Access Israel is dedicated to making Israel an accessible place for all its citizens, especially those living with disabilities. To achieve its mission the organization works with government agencies and corporations to design and build facilities that take into account the specialized needs of the disabled. To achieve this goal, Access Israel established the Forum for Accessibility Promoting Businesses in Israel, where members work to encourage their companies to make accessibility a basic feature in every aspect of their business.

Access Israel serves as an information centre, providing essential information for people with disabilities and their families. Its online database, Access Key, includes reliable and up-to-date information on accessibility to over 10,000 public and private places and facilities in Israel, as well as on public transportation. Each year more than 400,000 people access the database. Access Israel has also developed accessible picnic areas and observation posts in many of the country’s national parks for people with disabilities to enjoy nature with dignity, respect and a high level of independence.

To demonstrate to the public how simple it is to change its attitude towards the disabled, Access Israel has initiated several innovative projects to increase awareness and understanding of the importance of accessibility, and acceptance of people with disabilities as equals.
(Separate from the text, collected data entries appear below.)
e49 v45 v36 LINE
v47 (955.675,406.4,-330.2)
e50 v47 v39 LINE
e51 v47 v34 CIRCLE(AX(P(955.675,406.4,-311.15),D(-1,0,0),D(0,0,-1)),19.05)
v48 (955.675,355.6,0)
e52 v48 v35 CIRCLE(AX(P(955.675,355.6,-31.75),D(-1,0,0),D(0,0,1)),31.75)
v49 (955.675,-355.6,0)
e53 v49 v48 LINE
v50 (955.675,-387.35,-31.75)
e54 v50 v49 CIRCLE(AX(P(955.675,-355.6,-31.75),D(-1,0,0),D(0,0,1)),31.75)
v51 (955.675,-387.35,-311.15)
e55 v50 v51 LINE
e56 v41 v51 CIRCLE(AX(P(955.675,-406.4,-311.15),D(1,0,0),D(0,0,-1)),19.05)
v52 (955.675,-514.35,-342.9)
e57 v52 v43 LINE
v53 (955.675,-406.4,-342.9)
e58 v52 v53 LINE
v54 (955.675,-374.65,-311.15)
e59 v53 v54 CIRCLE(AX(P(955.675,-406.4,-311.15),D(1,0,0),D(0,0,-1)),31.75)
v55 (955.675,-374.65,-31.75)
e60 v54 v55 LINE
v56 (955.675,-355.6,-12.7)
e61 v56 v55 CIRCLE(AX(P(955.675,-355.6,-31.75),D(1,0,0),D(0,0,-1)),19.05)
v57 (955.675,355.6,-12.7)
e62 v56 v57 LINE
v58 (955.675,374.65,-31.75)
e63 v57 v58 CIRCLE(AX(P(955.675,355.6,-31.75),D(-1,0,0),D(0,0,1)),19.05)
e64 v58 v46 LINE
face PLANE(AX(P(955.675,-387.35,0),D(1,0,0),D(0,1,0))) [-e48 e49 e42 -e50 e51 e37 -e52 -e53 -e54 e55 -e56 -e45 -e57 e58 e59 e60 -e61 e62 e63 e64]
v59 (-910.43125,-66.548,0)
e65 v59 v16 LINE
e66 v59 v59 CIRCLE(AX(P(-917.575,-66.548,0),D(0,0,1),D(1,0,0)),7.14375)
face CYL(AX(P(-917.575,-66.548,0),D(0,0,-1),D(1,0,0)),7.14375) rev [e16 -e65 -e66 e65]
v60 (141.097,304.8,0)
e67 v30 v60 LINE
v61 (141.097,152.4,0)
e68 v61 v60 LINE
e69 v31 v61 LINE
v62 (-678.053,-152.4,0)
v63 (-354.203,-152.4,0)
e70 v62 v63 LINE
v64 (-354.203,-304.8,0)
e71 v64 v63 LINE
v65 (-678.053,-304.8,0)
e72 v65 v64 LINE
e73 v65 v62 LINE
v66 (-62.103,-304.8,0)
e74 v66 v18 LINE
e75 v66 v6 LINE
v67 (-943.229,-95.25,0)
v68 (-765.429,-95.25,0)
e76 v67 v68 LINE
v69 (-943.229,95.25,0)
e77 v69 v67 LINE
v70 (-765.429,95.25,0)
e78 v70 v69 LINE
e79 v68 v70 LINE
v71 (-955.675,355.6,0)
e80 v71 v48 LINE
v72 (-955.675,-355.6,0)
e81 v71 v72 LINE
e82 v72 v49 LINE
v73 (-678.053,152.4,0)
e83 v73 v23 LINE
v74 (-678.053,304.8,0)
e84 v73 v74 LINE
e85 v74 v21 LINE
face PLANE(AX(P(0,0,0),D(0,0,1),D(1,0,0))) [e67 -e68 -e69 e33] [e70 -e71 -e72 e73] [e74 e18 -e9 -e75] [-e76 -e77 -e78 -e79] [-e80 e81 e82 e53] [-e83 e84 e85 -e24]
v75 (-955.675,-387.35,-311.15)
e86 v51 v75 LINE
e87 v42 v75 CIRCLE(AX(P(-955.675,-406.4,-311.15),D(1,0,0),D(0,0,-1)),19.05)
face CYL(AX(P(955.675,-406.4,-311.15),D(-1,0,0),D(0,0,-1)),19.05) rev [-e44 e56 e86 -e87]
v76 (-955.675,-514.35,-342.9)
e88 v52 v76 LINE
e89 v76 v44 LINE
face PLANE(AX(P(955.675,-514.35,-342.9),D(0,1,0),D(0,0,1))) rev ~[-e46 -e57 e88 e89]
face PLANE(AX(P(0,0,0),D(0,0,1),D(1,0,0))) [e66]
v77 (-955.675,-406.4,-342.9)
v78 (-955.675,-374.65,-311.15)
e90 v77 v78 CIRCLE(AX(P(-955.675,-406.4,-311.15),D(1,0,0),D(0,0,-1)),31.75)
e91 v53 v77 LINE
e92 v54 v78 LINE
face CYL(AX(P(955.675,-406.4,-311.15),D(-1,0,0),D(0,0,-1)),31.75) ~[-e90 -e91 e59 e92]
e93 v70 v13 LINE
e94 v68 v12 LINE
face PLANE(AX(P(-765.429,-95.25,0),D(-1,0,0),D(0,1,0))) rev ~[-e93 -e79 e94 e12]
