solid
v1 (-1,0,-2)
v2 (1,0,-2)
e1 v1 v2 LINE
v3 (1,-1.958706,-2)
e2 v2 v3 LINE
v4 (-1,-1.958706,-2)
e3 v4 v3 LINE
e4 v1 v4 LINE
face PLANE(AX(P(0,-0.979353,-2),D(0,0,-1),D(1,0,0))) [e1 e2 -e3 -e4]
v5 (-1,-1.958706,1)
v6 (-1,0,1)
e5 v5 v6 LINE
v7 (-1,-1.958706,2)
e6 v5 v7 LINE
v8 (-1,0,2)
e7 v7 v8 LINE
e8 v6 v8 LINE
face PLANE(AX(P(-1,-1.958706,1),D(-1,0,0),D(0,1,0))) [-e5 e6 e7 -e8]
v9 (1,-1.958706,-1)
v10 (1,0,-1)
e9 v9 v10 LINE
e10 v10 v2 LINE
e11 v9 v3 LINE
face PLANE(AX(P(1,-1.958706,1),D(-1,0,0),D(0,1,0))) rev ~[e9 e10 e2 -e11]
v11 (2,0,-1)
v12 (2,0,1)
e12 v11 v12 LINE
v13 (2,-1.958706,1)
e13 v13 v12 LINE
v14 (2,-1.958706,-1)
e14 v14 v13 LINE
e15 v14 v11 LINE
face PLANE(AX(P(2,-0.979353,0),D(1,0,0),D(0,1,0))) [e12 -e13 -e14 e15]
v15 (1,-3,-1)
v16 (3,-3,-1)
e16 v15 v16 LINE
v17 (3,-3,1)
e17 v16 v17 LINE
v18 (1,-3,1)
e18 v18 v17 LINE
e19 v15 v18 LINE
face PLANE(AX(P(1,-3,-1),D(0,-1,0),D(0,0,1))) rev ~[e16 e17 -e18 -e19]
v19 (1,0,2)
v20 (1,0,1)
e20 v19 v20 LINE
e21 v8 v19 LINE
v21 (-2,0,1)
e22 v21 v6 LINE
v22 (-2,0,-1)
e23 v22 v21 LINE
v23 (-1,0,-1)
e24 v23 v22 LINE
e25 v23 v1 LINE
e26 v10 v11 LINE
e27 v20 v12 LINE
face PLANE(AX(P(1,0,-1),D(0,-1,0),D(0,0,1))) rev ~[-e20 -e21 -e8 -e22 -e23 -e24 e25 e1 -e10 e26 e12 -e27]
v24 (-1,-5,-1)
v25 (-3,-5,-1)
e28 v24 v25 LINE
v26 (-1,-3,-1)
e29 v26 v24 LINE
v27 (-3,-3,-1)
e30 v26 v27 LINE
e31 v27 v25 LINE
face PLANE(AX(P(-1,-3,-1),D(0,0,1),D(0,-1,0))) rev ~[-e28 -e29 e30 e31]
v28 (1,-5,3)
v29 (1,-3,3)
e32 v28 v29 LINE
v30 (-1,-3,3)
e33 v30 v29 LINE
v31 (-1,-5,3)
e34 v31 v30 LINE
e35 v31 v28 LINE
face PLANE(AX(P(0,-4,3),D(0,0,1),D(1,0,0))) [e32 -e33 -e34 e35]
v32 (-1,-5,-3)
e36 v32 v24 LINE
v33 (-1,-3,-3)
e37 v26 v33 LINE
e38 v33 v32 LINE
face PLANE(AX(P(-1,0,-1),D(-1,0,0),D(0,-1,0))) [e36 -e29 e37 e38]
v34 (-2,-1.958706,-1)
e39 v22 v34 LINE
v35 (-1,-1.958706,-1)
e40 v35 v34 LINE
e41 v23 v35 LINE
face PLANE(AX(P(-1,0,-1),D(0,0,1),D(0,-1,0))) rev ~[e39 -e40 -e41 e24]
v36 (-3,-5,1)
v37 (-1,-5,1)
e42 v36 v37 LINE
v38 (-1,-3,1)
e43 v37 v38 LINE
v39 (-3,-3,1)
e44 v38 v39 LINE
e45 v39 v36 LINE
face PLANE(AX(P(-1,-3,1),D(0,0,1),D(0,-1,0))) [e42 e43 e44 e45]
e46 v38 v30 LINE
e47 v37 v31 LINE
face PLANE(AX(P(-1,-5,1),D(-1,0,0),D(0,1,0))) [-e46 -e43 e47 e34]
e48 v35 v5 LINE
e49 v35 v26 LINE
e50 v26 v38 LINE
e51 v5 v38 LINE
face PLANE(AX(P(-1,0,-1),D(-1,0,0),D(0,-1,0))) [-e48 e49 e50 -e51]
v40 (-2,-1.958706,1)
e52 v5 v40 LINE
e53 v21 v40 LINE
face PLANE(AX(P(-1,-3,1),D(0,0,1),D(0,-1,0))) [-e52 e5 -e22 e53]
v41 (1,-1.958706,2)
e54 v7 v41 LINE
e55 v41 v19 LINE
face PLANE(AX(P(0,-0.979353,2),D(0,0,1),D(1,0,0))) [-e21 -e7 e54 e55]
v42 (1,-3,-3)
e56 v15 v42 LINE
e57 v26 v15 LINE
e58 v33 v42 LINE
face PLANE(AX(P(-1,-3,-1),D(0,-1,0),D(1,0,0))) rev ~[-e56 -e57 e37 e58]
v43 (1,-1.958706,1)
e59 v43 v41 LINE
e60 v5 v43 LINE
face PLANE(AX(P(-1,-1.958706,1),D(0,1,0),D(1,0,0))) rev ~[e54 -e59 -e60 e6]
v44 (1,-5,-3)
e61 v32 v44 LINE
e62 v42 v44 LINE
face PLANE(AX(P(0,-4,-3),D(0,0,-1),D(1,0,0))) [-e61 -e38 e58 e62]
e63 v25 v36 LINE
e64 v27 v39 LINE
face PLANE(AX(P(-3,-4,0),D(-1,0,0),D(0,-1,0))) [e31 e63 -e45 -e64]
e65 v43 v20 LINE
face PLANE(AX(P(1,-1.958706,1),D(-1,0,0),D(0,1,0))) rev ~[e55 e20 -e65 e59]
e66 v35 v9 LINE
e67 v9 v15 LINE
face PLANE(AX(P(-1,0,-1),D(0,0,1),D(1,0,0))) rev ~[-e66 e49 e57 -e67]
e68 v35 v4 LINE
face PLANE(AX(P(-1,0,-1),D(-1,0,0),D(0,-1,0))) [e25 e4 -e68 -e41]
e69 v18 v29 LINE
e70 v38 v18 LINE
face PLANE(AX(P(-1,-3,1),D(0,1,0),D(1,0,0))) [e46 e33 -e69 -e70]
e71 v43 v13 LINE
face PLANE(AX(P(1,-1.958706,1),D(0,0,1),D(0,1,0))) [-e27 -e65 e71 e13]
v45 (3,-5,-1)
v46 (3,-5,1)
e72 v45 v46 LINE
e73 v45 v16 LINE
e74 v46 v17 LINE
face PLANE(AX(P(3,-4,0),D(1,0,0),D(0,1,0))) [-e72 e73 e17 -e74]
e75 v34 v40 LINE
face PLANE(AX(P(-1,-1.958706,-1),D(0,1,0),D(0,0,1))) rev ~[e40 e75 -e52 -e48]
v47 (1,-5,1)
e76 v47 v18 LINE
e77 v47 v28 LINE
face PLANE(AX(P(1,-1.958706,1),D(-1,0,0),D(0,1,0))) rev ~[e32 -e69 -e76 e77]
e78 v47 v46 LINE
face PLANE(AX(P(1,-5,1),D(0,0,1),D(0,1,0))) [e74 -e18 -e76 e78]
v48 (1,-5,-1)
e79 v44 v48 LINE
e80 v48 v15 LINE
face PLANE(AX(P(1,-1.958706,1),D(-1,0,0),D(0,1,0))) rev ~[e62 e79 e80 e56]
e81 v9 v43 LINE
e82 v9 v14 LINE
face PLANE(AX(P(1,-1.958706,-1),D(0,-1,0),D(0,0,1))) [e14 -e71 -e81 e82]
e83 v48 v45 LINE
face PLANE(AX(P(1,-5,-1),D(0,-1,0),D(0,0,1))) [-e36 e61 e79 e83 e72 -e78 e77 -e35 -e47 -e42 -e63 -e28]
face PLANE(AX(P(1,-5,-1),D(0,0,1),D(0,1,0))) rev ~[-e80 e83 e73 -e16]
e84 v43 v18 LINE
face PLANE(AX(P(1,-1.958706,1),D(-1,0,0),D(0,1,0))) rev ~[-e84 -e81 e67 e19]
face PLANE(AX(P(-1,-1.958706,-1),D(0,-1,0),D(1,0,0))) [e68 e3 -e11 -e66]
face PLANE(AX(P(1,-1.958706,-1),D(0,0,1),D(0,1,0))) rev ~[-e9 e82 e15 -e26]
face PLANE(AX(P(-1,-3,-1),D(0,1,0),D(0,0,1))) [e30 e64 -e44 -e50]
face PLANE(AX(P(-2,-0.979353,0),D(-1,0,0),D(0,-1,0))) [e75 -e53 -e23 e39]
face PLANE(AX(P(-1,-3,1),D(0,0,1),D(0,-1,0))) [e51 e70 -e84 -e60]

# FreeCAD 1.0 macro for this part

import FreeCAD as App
import Part
import Sketcher
Q = App.Units.Quantity

doc = App.newDocument("Part")
params = doc.addObject("Spreadsheet::Sheet", "Params")
for row, (alias, value) in enumerate([
    ("sketch1_width", "2 mm"),
    ("pad1_length", "5 mm"),
    ("sketch2_width", "2 mm"),
    ("pad2_length", "2 mm"),
    ("sketch3_width", "2 mm"),
    ("pad3_length", "1 mm"),
    ("sketch4_height", "2 mm"),
    ("pad4_length", "1 mm"),
    ("sketch5_width", "2 mm"),
    ("pad5_length", "2 mm"),
    ("sketch6_width", "2 mm"),
    ("pad6_length", "2 mm"),
    ("sketch7_width", "2 mm"),
    ("pad7_length", "1 mm"),
    ("sketch8_width", "2 mm"),
    ("pad8_length", "2 mm"),
    ("sketch9_height", "2 mm"),
    ("pad9_length", "1 mm"),
], start=1):
    params.set(f"A{row}", alias)
    params.set(f"B{row}", "=" + value)
    params.setAlias(f"B{row}", alias)

body = doc.addObject("PartDesign::Body", "Body")

sketch1 = body.newObject("Sketcher::SketchObject", "Sketch")
sketch1.AttachmentSupport = (doc.getObject("XZ_Plane"), [""])
sketch1.MapMode = "FlatFace"
sketch1.addGeometry(Part.LineSegment(App.Vector(-1, 1, 0), App.Vector(-1, -1, 0)), False)
sketch1.addGeometry(Part.LineSegment(App.Vector(-1, -1, 0), App.Vector(1, -1, 0)), False)
sketch1.addGeometry(Part.LineSegment(App.Vector(1, -1, 0), App.Vector(1, 1, 0)), False)
sketch1.addGeometry(Part.LineSegment(App.Vector(1, 1, 0), App.Vector(-1, 1, 0)), False)
sketch1.addConstraint(Sketcher.Constraint("Coincident", 0, 2, 1, 1))
sketch1.addConstraint(Sketcher.Constraint("Coincident", 1, 2, 2, 1))
sketch1.addConstraint(Sketcher.Constraint("Coincident", 2, 2, 3, 1))
sketch1.addConstraint(Sketcher.Constraint("Coincident", 3, 2, 0, 1))
sketch1.addConstraint(Sketcher.Constraint("Vertical", 0))
sketch1.addConstraint(Sketcher.Constraint("Horizontal", 1))
sketch1.addConstraint(Sketcher.Constraint("Vertical", 2))
sketch1.addConstraint(Sketcher.Constraint("Horizontal", 3))
sketch1.addConstraint(Sketcher.Constraint("Symmetric", 0, 2, 2, 2, -1, 1))
sketch1.addConstraint(Sketcher.Constraint("Equal", 3, 0))
sketch1.addConstraint(Sketcher.Constraint("DistanceX", 1, 1, 1, 2, Q("2 mm")))
sketch1.setExpression("Constraints[10]", "Params.sketch1_width")
pad1 = body.newObject("PartDesign::Pad", "Pad")
pad1.Profile = sketch1
pad1.setExpression("Length", "Params.pad1_length")

sketch2 = body.newObject("Sketcher::SketchObject", "Sketch001")
sketch2.AttachmentSupport = (doc.getObject("XY_Plane"), [""])
sketch2.MapMode = "FlatFace"
sketch2.AttachmentOffset = App.Placement(App.Vector(0, 0, -1), App.Rotation())
sketch2.addGeometry(Part.LineSegment(App.Vector(-1, -5, 0), App.Vector(-1, -3, 0)), False)
sketch2.addGeometry(Part.LineSegment(App.Vector(-1, -3, 0), App.Vector(1, -3, 0)), False)
sketch2.addGeometry(Part.LineSegment(App.Vector(1, -3, 0), App.Vector(1, -5, 0)), False)
sketch2.addGeometry(Part.LineSegment(App.Vector(1, -5, 0), App.Vector(-1, -5, 0)), False)
sketch2.addConstraint(Sketcher.Constraint("Coincident", 0, 2, 1, 1))
sketch2.addConstraint(Sketcher.Constraint("Coincident", 1, 2, 2, 1))
sketch2.addConstraint(Sketcher.Constraint("Coincident", 2, 2, 3, 1))
sketch2.addConstraint(Sketcher.Constraint("Coincident", 3, 2, 0, 1))
sketch2.addConstraint(Sketcher.Constraint("Vertical", 0))
sketch2.addConstraint(Sketcher.Constraint("Horizontal", 1))
sketch2.addConstraint(Sketcher.Constraint("Vertical", 2))
sketch2.addConstraint(Sketcher.Constraint("Horizontal", 3))
sketch2.addConstraint(Sketcher.Constraint("Equal", 3, 0))
sketch2.addConstraint(Sketcher.Constraint("DistanceX", 1, 1, 1, 2, Q("2 mm")))
sketch2.addConstraint(Sketcher.Constraint("DistanceX", 0, 2, -1, 1, Q("1 mm")))
sketch2.addConstraint(Sketcher.Constraint("DistanceY", 0, 2, -1, 1, Q("3 mm")))
sketch2.setExpression("Constraints[9]", "Params.sketch2_width")
pad2 = body.newObject("PartDesign::Pad", "Pad001")
pad2.Profile = sketch2
pad2.setExpression("Length", "Params.pad2_length")
pad2.Reversed = True

sketch3 = body.newObject("Sketcher::SketchObject", "Sketch002")
sketch3.AttachmentSupport = (doc.getObject("XY_Plane"), [""])
sketch3.MapMode = "FlatFace"
sketch3.AttachmentOffset = App.Placement(App.Vector(0, 0, -1), App.Rotation())
sketch3.addGeometry(Part.LineSegment(App.Vector(-1, -1.958706, 0), App.Vector(-1, 0, 0)), False)
sketch3.addGeometry(Part.LineSegment(App.Vector(-1, 0, 0), App.Vector(1, 0, 0)), False)
sketch3.addGeometry(Part.LineSegment(App.Vector(1, 0, 0), App.Vector(1, -1.958706, 0)), False)
sketch3.addGeometry(Part.LineSegment(App.Vector(1, -1.958706, 0), App.Vector(-1, -1.958706, 0)), False)
sketch3.addConstraint(Sketcher.Constraint("Coincident", 0, 2, 1, 1))
sketch3.addConstraint(Sketcher.Constraint("Coincident", 1, 2, 2, 1))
Such projects include educational programmes for students, where children participate in "Accessible Stops," each aimed at exposing participants to a different disability, such as using a wheelchair to go up a ramp, scoring points with a basketball, using a guide stick while blindfolded, or having a guide dog help them complete an obstacle course. The Accessible Tastes initiative allows participants to experience what a disabled person goes through when they dine in a restaurant.